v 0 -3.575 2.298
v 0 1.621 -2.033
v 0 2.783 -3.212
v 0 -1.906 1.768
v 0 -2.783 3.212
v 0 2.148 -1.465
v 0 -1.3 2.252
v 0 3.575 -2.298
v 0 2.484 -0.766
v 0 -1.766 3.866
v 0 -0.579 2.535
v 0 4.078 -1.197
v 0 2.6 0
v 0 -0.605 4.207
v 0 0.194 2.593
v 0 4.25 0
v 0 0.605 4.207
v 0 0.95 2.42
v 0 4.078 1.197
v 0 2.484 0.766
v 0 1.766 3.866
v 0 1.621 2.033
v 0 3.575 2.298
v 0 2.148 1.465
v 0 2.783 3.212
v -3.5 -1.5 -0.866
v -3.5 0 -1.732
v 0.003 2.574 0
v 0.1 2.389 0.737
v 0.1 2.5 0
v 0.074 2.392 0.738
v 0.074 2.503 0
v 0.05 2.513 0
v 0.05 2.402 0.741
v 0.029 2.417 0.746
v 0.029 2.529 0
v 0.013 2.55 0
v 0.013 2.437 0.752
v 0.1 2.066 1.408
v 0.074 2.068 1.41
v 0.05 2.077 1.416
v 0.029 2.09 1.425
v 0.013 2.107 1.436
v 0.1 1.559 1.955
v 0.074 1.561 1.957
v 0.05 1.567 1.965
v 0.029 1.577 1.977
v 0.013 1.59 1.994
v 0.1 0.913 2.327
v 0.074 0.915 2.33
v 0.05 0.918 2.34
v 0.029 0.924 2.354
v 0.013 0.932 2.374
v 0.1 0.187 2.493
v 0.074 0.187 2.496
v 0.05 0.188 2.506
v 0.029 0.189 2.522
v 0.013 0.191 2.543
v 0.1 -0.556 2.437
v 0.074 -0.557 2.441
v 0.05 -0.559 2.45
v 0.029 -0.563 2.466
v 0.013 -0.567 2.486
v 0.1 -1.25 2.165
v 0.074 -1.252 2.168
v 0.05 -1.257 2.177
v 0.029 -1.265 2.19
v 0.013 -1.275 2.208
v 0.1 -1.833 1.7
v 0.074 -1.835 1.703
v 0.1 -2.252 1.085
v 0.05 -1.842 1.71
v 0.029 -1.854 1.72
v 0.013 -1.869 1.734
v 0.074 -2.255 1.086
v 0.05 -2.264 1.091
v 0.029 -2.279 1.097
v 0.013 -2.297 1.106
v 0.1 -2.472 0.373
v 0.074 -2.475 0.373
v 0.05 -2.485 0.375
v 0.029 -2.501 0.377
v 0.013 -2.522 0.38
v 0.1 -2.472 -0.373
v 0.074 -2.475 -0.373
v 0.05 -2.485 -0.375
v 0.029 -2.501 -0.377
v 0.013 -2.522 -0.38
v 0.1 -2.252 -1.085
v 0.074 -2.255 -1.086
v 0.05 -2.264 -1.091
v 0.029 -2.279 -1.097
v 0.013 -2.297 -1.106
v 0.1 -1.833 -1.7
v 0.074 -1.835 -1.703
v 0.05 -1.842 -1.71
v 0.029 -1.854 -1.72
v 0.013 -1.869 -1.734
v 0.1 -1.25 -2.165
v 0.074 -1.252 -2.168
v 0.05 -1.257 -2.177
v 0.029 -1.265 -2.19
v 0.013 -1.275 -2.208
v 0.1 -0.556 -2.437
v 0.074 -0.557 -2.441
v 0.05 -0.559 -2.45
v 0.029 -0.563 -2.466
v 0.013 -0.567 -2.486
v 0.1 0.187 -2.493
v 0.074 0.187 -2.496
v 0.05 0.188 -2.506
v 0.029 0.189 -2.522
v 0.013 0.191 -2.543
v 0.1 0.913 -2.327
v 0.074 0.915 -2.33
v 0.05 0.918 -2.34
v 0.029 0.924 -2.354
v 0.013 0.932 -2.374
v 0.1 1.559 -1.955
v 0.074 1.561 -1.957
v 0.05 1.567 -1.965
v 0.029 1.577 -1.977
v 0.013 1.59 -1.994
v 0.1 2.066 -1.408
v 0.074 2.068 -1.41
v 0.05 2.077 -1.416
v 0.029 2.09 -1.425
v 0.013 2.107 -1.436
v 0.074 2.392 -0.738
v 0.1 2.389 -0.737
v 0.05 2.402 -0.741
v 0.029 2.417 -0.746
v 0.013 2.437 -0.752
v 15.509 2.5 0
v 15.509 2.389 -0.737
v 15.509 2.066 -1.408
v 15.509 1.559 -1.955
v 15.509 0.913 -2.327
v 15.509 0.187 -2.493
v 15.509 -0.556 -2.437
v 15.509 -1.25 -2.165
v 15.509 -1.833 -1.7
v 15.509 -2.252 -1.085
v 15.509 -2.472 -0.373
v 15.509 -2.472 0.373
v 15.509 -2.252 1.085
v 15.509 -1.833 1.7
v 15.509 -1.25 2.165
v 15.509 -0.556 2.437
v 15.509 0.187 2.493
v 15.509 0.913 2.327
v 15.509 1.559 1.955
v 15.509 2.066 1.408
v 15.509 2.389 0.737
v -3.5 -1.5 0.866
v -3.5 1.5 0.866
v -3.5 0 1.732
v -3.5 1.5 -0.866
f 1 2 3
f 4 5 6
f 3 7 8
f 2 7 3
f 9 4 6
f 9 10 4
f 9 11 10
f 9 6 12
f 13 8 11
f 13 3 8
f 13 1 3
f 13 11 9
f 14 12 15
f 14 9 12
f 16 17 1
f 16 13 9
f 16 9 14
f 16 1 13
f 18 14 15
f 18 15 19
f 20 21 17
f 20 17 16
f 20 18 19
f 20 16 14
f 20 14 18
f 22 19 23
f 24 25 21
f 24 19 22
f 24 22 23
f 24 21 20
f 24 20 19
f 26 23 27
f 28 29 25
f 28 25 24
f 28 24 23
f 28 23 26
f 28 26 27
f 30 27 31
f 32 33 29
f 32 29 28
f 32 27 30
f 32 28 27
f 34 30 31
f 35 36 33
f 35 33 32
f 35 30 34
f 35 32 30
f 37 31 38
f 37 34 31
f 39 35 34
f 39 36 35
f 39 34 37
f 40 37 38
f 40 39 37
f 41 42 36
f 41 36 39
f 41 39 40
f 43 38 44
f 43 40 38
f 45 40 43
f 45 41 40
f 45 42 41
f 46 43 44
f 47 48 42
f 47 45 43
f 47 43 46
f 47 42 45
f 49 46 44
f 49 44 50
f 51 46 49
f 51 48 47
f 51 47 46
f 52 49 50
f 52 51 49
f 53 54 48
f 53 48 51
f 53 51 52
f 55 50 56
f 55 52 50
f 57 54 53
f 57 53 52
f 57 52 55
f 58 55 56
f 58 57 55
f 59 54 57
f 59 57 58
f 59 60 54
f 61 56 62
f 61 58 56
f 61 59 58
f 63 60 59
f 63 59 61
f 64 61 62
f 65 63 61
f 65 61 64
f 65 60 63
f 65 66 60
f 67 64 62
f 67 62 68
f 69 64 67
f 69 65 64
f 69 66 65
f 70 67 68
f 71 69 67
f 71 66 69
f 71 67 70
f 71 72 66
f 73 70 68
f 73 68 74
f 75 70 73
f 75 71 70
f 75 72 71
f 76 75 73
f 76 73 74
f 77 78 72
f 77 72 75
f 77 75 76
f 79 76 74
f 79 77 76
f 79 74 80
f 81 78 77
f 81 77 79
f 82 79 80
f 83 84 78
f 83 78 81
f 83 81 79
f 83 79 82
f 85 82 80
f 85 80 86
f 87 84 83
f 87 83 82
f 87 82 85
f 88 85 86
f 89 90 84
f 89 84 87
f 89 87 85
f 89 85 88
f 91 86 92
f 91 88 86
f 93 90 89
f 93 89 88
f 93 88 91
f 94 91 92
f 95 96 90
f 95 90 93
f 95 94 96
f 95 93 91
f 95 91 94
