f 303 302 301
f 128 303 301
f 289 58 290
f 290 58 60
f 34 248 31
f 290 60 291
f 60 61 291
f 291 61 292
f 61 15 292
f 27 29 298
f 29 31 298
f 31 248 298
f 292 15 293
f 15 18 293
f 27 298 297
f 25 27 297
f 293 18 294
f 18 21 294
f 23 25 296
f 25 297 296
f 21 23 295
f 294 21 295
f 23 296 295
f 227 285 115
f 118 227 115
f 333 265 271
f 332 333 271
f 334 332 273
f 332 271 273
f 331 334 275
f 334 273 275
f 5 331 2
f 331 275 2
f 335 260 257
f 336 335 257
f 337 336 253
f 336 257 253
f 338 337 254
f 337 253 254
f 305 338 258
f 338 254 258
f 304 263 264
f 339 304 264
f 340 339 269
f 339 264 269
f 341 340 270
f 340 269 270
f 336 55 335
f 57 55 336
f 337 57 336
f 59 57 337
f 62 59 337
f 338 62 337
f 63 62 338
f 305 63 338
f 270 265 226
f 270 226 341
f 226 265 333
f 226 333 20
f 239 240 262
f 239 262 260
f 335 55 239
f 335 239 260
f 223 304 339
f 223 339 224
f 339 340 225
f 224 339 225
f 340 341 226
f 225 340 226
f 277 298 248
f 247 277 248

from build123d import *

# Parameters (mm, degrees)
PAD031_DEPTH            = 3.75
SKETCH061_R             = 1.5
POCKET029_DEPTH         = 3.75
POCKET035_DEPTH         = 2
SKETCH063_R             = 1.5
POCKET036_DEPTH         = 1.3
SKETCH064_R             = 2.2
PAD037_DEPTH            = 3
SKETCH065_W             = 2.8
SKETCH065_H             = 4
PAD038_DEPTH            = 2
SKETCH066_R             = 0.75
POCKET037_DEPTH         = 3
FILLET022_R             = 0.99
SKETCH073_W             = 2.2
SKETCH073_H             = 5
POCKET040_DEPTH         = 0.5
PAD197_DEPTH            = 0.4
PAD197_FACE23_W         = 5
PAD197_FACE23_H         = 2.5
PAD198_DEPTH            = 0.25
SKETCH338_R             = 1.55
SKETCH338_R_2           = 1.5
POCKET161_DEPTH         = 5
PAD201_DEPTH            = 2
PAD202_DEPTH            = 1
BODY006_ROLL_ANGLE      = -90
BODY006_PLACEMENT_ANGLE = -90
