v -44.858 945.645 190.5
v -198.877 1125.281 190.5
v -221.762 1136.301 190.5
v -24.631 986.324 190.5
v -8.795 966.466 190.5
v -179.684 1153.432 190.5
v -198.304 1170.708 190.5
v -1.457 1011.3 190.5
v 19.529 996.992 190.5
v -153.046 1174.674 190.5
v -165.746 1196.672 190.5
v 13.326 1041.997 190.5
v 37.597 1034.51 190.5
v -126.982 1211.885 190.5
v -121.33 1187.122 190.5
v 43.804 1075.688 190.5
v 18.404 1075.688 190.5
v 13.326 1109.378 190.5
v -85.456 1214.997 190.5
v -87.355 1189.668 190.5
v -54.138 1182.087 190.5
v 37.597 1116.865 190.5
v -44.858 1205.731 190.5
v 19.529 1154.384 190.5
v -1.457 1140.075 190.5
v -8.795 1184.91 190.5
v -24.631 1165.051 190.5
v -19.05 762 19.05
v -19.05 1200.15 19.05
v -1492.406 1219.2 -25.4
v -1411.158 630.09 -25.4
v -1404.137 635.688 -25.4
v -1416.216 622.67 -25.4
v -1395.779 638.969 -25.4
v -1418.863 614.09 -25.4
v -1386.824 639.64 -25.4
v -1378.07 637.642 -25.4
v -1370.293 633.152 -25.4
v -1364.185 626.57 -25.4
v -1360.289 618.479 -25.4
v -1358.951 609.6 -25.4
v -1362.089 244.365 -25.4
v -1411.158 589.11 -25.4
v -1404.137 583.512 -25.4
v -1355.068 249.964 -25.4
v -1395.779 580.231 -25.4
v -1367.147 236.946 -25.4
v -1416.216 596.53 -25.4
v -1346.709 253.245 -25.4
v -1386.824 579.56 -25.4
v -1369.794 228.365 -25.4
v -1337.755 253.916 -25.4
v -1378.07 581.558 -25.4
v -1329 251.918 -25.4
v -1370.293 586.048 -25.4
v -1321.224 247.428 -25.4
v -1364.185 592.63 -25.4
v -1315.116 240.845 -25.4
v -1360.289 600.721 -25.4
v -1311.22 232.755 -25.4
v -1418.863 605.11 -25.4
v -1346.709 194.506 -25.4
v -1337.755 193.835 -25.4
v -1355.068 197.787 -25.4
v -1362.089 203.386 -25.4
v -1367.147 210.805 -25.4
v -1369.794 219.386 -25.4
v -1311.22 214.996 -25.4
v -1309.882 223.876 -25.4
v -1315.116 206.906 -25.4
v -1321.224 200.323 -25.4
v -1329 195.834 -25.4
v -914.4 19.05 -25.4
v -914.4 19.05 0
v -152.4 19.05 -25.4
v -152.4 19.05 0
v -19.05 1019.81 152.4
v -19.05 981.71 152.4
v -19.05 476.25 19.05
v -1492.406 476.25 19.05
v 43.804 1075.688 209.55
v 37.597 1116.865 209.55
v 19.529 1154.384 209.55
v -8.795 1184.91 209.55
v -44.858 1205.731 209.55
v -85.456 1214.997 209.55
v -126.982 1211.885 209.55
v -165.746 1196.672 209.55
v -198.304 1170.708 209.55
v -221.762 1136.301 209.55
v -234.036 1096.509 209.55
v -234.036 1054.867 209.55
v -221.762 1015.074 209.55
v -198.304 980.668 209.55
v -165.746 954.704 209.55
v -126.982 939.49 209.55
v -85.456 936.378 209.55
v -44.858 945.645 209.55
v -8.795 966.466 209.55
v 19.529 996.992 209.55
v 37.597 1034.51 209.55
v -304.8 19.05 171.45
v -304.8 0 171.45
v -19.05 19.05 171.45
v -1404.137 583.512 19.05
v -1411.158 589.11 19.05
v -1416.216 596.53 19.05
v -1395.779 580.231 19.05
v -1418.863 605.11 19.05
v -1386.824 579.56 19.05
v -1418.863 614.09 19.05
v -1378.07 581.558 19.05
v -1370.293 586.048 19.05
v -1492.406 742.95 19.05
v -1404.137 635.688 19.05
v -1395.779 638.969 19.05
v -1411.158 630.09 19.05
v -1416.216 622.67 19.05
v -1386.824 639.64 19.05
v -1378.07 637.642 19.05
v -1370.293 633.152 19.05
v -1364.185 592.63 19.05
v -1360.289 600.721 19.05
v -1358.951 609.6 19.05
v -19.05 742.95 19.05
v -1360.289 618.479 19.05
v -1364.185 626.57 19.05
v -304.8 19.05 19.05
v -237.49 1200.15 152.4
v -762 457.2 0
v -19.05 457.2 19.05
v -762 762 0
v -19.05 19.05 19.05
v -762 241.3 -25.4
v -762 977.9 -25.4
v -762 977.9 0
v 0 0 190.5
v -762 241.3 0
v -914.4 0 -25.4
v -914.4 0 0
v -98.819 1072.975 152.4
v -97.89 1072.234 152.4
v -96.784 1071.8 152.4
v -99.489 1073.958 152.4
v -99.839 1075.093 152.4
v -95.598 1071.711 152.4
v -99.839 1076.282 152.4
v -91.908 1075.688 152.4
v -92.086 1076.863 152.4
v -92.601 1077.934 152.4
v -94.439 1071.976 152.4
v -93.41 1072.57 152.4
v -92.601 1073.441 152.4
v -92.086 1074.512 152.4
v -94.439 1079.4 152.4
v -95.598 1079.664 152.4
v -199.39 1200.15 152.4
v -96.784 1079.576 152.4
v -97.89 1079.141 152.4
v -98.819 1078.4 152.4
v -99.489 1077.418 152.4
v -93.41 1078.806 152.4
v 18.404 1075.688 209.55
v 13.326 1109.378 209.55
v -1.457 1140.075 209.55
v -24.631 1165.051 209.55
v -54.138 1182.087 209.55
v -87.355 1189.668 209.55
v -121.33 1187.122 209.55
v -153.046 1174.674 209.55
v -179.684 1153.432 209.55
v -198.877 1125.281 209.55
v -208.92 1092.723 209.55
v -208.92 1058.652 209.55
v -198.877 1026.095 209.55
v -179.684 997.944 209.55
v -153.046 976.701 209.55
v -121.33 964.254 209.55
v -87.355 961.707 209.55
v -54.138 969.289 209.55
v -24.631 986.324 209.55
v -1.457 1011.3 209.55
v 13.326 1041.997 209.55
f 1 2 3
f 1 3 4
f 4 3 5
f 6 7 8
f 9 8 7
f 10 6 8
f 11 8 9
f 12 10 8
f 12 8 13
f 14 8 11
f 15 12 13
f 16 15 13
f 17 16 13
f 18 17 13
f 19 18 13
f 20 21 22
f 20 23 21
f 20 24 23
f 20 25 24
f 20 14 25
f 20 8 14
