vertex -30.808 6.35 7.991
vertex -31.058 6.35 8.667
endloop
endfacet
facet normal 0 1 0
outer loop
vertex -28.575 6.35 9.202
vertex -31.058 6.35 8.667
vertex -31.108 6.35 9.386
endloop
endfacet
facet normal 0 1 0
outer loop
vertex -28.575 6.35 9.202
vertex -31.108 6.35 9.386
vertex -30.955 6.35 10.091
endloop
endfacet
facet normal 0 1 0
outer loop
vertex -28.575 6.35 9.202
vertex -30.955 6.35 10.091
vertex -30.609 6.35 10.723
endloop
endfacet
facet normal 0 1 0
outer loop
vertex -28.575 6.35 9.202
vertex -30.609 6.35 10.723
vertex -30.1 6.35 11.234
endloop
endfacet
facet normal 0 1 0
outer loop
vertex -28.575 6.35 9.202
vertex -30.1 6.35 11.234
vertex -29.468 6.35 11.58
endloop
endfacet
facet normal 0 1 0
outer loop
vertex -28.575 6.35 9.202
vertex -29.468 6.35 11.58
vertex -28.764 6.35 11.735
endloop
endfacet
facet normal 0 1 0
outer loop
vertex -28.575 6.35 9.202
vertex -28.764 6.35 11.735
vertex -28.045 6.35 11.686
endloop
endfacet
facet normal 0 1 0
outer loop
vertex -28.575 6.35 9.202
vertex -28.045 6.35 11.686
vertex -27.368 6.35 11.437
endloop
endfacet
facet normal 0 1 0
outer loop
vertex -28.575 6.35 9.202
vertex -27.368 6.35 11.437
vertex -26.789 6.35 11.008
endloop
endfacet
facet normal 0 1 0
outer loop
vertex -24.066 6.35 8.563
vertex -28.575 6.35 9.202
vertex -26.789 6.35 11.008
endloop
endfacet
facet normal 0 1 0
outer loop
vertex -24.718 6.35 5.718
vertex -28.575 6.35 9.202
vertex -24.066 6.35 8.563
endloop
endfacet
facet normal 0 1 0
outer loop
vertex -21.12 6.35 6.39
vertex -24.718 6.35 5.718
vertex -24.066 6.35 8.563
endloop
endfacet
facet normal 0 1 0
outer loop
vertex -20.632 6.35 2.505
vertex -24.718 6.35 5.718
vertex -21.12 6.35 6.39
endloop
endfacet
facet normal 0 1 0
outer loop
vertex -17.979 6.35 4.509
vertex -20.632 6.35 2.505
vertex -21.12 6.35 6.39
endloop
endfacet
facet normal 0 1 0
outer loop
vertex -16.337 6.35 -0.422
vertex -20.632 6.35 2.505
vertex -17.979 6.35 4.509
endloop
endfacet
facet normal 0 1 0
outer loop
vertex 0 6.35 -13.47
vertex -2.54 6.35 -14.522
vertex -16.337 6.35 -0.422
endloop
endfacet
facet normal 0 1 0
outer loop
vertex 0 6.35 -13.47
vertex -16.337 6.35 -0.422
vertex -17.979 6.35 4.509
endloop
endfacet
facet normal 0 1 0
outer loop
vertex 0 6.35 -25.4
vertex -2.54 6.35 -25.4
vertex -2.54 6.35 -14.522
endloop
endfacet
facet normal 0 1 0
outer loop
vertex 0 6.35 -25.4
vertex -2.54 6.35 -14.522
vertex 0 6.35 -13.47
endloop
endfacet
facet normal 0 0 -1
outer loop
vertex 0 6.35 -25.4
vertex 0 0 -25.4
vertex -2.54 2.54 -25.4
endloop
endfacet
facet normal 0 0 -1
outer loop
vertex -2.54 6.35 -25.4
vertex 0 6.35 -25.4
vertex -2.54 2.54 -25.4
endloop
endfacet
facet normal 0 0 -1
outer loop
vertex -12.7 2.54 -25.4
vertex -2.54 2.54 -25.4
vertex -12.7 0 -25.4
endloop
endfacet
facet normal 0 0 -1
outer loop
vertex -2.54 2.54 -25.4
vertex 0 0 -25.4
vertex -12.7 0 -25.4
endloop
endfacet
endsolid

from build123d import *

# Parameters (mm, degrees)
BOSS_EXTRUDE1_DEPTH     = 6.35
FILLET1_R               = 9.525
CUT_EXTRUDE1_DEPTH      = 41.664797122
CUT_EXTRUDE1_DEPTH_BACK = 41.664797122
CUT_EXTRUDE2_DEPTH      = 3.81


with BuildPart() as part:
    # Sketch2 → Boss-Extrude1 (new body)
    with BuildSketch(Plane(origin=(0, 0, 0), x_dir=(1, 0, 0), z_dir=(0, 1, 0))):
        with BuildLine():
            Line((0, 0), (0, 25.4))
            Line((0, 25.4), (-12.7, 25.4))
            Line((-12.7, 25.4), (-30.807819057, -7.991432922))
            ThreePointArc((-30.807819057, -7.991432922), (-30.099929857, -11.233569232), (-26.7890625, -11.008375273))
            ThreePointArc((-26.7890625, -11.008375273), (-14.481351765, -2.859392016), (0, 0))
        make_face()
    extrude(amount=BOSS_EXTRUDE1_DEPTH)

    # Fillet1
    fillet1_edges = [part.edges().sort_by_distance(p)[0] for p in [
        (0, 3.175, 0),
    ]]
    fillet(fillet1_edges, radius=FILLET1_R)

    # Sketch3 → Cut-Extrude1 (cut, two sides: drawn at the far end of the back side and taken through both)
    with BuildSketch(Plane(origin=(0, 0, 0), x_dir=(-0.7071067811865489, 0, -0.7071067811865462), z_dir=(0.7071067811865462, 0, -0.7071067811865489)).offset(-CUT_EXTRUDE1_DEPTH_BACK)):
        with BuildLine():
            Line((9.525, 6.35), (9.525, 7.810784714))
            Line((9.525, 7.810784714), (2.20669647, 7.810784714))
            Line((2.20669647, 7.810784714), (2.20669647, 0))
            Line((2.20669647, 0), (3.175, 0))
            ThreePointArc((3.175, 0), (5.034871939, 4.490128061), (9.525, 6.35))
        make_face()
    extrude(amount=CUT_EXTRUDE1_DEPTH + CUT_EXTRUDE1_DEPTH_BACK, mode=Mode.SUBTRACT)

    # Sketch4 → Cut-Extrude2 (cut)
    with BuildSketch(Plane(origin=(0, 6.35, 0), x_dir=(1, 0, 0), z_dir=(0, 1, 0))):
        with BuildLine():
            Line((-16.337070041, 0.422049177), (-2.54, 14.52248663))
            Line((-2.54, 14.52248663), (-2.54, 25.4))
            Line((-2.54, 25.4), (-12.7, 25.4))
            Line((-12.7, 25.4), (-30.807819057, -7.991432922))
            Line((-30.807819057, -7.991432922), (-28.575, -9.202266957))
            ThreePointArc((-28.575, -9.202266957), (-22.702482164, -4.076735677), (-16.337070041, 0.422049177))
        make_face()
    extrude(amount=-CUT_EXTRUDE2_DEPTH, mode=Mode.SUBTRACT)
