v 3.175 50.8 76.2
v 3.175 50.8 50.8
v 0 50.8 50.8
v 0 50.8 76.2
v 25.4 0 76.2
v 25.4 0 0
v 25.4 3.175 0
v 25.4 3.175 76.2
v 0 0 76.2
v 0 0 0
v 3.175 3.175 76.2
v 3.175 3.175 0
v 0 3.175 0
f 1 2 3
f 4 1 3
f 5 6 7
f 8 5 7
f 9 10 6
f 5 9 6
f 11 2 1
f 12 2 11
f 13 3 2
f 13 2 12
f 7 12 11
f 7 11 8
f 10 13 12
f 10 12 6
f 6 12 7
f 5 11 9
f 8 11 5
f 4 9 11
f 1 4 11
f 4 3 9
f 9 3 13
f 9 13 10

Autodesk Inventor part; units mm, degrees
ref_plane "YZ Plane" through (0, 0, 0) normal (1, 0, 0) x (0, 1, 0)
ref_plane "XZ Plane" through (0, 0, 0) normal (0, 1, 0) x (-1, 0, 0)
ref_plane "XY Plane" through (0, 0, 0) normal (0, 0, 1) x (1, 0, 0)
sketch "Sketch1" plane through (0, 0, 0) normal (0, 0, 1) x (1, 0, 0)
  line L0 (0, 0) -> (25.4, 0)
  line L1 (25.4, 0) -> (25.4, 3.175)
  line L2 (3.175, 50.8) -> (0, 50.8)
  line L3 (0, 50.8) -> (0, 0)
  line L4 (3.175, 50.8) -> (3.175, 3.175)
  line L5 (3.175, 3.175) -> (25.4, 3.175)
  dimension "d0" = 50.8
  dimension "d1" = 25.4
  dimension "d2" = 3.175
extrude "Extrusion1" add sketch "Sketch1" along normal blind 76.2
sketch "Sketch2" plane through (0, 0, 0) normal (-1, 0, 0) x (0, 0, 1)
  line L0 (76.2, 0) -> (76.2, 50.8) projected
  line L1 (0, 50.8) -> (76.2, 50.8) projected
  line L2 (0, 50.8) -> (0, 0) projected
  line L3 (0, 0) -> (76.2, 0) projected
  line L4 (50.8, 50.8) -> (50.8, 0) construction
  line L5 (50.8, 50.8) -> (0, 3.175)
  dimension "d5" = 25.4
  dimension "d6" = 3.175
extrude "Extrusion2" cut sketch "Sketch2" against normal blind 25.4 contours L5 L2 L1
properties part number "manipulator corner brace right"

--*--

Activity
Search the data above for the string "amount" and return every line that has it.

Final answer
    extrude(amount=BOSS_EXTRUDE1_DEPTH)
    extrude(amount=CUT_EXTRUDE1_DEPTH + CUT_EXTRUDE1_DEPTH_BACK, mode=Mode.SUBTRACT)
    extrude(amount=-CUT_EXTRUDE2_DEPTH, mode=Mode.SUBTRACT)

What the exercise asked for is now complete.